THERE is high demand for a three-and-a-half year US$25 million African Development Bank (AfDB) finance facility to Zimbabwe’s private sector as the country grapples with an acute shortage of foreign currency, businessdigest has leant.
CABS MD Simon Hammond this week said high demand generated by the growth of the small and medium enterprise (SME) sector has also played a part in pushing up appetite for the facility.
The uptake of the facility, which was secured in March this year, has already breached the 50% drawdown mark and is expected to be exhausted before year end, he said.
“We have accessed the facility and we are now working with eligible customers for disbursal of the funds. Based on the current rate of uptake, the facility is likely to be exhausted before end of the year. In this regard, CABS continues to prospect for additional lines of credit that can be put to productive use. Demand is high with 50% of the facility already taken up.

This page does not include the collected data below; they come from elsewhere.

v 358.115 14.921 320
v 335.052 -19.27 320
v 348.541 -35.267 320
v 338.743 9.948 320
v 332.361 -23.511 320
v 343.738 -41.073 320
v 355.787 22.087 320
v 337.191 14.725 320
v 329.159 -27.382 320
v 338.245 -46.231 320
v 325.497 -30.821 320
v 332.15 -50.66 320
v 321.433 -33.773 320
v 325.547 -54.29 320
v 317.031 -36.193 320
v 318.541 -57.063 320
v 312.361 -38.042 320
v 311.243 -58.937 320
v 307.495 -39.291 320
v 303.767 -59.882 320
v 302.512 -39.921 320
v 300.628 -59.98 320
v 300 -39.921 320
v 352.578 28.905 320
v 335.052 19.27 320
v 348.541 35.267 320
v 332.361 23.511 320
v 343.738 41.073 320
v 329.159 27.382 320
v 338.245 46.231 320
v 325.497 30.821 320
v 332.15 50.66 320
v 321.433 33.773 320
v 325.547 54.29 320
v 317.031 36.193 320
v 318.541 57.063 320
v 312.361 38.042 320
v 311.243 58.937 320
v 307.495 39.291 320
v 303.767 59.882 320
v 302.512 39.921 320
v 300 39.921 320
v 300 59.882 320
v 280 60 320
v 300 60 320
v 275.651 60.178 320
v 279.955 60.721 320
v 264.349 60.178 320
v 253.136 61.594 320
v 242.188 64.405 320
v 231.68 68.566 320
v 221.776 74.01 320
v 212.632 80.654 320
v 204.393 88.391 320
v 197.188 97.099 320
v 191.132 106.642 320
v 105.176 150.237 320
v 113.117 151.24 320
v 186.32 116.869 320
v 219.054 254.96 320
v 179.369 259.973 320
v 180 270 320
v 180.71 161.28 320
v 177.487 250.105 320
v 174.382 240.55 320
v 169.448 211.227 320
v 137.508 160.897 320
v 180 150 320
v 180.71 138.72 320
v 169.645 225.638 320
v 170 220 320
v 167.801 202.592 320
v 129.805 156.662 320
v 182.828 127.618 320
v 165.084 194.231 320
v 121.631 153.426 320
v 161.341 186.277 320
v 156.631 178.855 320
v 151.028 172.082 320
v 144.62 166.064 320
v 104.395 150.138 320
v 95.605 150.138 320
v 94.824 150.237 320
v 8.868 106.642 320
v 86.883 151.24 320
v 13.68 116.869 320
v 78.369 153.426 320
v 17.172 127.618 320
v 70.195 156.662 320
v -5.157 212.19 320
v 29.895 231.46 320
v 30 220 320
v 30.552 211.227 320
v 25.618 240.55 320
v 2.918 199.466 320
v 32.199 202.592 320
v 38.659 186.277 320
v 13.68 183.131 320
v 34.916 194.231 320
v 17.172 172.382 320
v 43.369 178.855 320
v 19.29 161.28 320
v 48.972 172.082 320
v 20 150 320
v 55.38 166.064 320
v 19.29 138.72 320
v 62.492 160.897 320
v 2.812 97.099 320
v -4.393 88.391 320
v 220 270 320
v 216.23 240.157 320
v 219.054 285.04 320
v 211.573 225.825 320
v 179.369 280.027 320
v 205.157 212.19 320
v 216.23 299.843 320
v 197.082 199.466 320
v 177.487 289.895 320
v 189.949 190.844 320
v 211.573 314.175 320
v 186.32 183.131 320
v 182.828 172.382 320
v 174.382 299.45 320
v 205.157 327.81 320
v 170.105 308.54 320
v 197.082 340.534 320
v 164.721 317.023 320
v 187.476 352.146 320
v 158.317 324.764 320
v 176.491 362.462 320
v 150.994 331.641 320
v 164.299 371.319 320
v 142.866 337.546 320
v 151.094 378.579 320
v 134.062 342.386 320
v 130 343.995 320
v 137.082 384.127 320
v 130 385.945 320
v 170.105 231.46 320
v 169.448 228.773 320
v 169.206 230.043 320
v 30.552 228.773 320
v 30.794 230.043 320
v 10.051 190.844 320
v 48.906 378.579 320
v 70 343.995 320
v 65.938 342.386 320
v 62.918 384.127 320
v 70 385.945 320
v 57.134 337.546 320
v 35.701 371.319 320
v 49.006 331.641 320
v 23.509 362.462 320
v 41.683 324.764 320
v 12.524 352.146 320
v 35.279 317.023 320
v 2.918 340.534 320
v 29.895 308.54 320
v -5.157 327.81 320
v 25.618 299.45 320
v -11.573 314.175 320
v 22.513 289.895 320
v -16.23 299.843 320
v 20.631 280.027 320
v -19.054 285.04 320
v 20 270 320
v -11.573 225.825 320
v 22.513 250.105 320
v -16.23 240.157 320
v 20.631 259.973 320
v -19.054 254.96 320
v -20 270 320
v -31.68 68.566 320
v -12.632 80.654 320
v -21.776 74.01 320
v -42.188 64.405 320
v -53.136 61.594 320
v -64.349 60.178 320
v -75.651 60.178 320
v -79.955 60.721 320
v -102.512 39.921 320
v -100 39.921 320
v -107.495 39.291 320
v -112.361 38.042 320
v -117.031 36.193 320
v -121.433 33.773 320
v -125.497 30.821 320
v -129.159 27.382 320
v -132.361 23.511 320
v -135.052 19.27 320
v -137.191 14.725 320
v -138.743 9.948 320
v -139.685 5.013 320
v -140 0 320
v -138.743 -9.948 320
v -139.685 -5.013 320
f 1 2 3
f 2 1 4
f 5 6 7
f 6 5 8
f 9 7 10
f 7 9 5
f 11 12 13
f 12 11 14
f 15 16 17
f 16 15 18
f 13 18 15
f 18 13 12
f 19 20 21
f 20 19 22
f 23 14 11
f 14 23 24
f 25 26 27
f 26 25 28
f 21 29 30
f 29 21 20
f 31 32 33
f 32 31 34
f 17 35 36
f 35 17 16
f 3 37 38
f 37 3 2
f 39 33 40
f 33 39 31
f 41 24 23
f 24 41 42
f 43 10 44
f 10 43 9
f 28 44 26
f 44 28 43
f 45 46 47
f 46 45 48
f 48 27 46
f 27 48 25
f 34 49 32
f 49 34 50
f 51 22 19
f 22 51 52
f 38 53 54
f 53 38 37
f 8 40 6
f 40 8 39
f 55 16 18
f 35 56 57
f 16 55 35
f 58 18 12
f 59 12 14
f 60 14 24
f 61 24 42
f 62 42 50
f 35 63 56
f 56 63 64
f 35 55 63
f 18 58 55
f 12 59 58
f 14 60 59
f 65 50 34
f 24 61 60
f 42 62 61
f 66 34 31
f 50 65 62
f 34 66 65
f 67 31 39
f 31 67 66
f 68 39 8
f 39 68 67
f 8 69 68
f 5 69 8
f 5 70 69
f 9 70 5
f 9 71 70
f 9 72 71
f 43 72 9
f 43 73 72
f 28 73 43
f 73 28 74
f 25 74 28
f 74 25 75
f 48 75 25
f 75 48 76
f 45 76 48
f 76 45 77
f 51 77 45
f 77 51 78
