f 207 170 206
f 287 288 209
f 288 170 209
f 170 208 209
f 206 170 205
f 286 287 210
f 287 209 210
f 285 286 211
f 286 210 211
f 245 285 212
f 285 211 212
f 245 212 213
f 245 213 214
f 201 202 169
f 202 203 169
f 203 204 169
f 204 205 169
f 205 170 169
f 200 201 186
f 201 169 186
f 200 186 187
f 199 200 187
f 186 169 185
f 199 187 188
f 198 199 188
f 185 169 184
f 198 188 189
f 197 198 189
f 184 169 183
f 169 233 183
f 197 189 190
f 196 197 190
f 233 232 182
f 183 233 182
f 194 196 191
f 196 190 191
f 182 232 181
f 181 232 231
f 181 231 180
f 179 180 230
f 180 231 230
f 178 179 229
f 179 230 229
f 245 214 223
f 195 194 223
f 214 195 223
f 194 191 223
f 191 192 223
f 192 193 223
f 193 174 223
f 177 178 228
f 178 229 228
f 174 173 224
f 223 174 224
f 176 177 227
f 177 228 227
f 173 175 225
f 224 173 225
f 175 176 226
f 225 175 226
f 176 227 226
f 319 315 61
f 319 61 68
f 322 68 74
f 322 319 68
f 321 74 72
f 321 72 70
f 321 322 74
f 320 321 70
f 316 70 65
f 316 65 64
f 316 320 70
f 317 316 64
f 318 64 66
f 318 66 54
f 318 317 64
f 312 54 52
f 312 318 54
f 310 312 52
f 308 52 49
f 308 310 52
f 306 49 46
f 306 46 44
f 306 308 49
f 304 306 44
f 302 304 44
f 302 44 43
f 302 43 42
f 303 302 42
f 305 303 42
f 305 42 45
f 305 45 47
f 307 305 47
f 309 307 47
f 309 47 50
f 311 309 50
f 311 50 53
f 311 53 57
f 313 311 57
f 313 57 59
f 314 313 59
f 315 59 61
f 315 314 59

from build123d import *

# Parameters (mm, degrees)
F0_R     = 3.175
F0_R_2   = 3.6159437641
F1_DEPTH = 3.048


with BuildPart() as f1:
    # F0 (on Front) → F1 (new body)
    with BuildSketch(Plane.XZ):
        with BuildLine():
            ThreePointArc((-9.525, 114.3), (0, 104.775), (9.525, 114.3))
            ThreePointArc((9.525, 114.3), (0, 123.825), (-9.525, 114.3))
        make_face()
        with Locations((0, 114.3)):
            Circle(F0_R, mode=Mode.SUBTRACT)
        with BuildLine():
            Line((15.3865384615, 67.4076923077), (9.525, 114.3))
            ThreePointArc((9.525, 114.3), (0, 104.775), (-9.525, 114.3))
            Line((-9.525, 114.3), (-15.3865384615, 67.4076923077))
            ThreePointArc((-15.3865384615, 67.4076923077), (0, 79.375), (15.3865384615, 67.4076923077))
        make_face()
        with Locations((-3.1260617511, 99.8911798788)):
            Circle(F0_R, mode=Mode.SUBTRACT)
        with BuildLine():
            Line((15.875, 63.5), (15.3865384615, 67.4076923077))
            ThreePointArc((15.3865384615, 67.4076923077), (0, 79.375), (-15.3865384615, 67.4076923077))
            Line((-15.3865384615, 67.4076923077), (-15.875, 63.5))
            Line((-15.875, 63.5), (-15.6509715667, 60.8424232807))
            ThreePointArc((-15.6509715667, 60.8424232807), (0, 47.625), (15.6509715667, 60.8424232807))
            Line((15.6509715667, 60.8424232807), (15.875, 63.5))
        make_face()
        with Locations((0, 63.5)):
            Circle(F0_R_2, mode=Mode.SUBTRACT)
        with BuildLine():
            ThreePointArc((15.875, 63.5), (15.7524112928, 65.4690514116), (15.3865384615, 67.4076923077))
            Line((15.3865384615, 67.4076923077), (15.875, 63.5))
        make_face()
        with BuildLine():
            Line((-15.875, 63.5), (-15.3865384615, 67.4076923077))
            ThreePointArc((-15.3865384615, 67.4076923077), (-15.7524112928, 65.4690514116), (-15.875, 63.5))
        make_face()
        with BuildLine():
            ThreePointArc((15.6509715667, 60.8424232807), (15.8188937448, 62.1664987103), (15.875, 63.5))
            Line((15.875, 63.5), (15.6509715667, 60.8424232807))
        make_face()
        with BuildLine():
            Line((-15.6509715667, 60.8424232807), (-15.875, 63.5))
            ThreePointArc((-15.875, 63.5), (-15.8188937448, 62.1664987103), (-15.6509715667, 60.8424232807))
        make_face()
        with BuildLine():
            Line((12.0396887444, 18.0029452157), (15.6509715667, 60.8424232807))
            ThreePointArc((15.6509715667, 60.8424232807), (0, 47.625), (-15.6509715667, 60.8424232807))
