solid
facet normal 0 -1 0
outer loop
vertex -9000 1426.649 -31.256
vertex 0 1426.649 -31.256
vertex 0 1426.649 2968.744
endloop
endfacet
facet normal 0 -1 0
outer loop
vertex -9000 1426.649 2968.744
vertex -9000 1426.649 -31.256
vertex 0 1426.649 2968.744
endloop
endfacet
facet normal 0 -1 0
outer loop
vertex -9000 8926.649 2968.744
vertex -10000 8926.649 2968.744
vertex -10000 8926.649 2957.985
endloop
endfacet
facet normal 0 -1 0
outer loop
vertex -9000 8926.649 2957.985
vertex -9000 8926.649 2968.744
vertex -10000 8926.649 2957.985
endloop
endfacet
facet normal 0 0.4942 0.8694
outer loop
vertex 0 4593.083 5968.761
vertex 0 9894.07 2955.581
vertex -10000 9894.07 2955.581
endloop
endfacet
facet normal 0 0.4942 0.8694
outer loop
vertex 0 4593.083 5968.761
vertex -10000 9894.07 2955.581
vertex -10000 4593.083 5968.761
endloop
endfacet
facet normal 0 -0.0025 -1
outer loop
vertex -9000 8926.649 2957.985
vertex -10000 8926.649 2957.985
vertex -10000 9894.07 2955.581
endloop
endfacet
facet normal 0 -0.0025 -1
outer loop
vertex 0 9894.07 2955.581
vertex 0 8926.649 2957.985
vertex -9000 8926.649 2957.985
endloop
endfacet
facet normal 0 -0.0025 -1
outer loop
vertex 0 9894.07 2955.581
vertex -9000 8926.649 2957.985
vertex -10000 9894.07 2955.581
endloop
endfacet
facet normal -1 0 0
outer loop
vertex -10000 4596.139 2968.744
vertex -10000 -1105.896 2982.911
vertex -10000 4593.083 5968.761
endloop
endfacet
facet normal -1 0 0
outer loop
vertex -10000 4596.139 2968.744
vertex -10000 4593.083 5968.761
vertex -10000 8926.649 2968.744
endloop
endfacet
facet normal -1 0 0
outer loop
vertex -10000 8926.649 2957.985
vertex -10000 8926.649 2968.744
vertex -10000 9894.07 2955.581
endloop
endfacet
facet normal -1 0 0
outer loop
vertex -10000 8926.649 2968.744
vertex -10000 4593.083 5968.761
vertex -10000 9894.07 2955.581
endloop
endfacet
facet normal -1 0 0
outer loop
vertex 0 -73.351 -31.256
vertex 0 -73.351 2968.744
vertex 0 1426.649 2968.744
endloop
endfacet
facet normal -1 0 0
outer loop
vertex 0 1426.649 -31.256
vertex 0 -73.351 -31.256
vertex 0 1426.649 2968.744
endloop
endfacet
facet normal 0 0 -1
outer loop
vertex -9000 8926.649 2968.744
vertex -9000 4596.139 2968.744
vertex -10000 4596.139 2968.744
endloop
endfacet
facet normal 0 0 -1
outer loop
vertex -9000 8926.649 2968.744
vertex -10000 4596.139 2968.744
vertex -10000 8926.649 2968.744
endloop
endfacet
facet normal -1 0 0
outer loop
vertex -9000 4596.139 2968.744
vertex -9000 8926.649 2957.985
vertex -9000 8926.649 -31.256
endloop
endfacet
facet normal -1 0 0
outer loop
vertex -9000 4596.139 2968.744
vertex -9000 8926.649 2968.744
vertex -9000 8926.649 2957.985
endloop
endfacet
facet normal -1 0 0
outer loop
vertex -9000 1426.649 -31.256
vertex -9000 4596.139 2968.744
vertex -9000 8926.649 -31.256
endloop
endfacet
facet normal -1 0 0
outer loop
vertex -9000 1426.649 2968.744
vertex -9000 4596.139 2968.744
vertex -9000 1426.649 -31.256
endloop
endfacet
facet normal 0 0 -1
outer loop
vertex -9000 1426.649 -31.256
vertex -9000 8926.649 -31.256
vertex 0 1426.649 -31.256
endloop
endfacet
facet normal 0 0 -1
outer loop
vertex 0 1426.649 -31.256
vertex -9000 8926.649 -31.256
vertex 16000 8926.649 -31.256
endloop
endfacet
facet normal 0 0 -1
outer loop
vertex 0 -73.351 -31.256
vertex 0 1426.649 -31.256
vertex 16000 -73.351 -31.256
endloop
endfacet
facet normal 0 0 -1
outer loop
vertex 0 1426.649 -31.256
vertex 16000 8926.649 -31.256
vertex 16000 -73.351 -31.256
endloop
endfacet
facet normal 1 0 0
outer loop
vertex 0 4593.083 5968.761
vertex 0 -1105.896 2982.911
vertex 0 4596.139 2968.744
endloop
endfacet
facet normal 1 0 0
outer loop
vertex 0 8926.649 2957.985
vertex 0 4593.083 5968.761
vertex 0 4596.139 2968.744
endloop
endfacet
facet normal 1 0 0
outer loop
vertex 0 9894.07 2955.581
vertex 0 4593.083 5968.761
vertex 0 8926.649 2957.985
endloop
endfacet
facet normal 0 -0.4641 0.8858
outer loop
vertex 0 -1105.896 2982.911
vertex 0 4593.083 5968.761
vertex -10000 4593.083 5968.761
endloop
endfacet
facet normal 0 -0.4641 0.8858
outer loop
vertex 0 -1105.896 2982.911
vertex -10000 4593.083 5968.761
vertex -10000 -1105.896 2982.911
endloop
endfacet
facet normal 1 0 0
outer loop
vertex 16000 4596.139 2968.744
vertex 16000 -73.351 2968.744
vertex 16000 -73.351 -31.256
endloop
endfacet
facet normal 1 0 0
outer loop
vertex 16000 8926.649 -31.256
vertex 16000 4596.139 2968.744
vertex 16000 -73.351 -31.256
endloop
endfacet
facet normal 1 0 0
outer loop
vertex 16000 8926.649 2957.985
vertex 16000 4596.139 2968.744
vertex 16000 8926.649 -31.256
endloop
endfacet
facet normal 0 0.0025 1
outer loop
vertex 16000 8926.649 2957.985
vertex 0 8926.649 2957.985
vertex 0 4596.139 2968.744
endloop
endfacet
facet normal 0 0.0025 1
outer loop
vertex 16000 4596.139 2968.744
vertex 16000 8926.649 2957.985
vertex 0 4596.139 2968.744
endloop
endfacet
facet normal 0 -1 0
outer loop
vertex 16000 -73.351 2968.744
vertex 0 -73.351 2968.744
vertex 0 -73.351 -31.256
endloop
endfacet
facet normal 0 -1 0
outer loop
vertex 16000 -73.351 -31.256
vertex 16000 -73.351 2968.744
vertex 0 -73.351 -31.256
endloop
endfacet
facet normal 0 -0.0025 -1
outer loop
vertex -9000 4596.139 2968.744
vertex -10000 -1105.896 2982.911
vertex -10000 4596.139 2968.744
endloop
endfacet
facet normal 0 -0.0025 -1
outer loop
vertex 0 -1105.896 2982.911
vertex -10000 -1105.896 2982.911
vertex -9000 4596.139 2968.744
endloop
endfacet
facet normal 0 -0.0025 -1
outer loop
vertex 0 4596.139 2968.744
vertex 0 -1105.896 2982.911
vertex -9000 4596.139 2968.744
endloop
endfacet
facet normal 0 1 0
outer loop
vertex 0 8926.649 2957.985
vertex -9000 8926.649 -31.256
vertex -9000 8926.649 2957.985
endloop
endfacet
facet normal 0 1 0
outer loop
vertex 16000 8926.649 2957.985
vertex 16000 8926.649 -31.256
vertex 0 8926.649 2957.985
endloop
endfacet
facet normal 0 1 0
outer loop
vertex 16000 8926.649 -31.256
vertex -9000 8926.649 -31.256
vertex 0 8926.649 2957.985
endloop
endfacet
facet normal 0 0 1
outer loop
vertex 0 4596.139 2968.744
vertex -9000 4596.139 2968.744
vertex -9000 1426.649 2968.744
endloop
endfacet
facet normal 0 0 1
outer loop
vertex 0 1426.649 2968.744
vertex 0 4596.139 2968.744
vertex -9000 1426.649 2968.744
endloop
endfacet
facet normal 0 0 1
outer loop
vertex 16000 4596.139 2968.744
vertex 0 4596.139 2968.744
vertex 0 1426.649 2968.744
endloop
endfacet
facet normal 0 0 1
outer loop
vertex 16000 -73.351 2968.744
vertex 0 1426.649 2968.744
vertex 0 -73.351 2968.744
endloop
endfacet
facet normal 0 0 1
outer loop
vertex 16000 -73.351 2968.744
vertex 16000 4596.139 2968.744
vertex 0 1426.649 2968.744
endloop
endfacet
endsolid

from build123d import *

# Parameters (mm, degrees)
F1_DEPTH = 16000
F2_W     = 7500
F2_H     = 3000
F3_DEPTH = 9000
F5_DEPTH = 10000


# Not quite as in the source:
# - the program builds the solid bodies; features that only make, move or delete a surface that nothing else refers to are left out


with BuildPart() as f1:
    # F0 (on Right) → F1 (new body)
    with BuildSketch(Plane.YZ):
        Polygon((4596.1385421307, 2968.7440507114), (-73.3513906598, 2968.7440507114), (-73.3513906598, -31.2559492886), (8926.6486093402, -31.2559492886), (8926.6486093402, 2957.9849909845), align=None)
    extrude(amount=F1_DEPTH)

    # F2 (on face) → F3 (join)
    with BuildSketch(Plane(origin=(0, 0, 0), x_dir=(0, -1, 0), z_dir=(-1, 0, 0))):
        with Locations((-5176.6486093402, 1468.7440507114)):
            Rectangle(F2_W, F2_H)
    extrude(amount=F3_DEPTH)

    # F0 (on Right) → F5 (join)
    with BuildSketch(Plane.YZ):
        Polygon((-1105.8957576752, 2982.9106330872), (4596.1385421307, 2968.7440507114), (8926.6486093402, 2968.7440507114), (8926.6486093402, 2957.9849909845), (9894.0702929946, 2955.5814524835), (4593.083292274, 5968.7609003512), align=None)
    extrude(amount=-F5_DEPTH)


solid = f1.part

This is driven by a shortage of foreign currency and high demand to increase export capacity and growth of the SME sector,” he said.
He said the loan facility is earmarked for clients in productive, export-oriented and SME sectors of the economy.
He added that there were positive prospects for the bank’s loan book which sat at above US$800 million as at June 2018.
“The risk-based approach entails that loans are structured and managed in line with the customer risk profile. This has greatly assisted in ensuring new loans do not migrate to non-performing loans, whilst non-performing loans stand a better chance to be rehabilitated to the performing book. We intend to continue managing our NPL ratio downwards. As at June 2018, our loan book was above $800 million and prospects are positive. As leading providers of credit to the market, we anticipate further growth as we support the productive sectors of the economy,” he said.
Zimbabwean banks have been facing challenges in sourcing lines of credit.
The facility is expected to help small to medium enterprise players improve on their working capital, address liquidity constraints, cover the growing gap in foreign currency needs as well as import much-needed raw materials.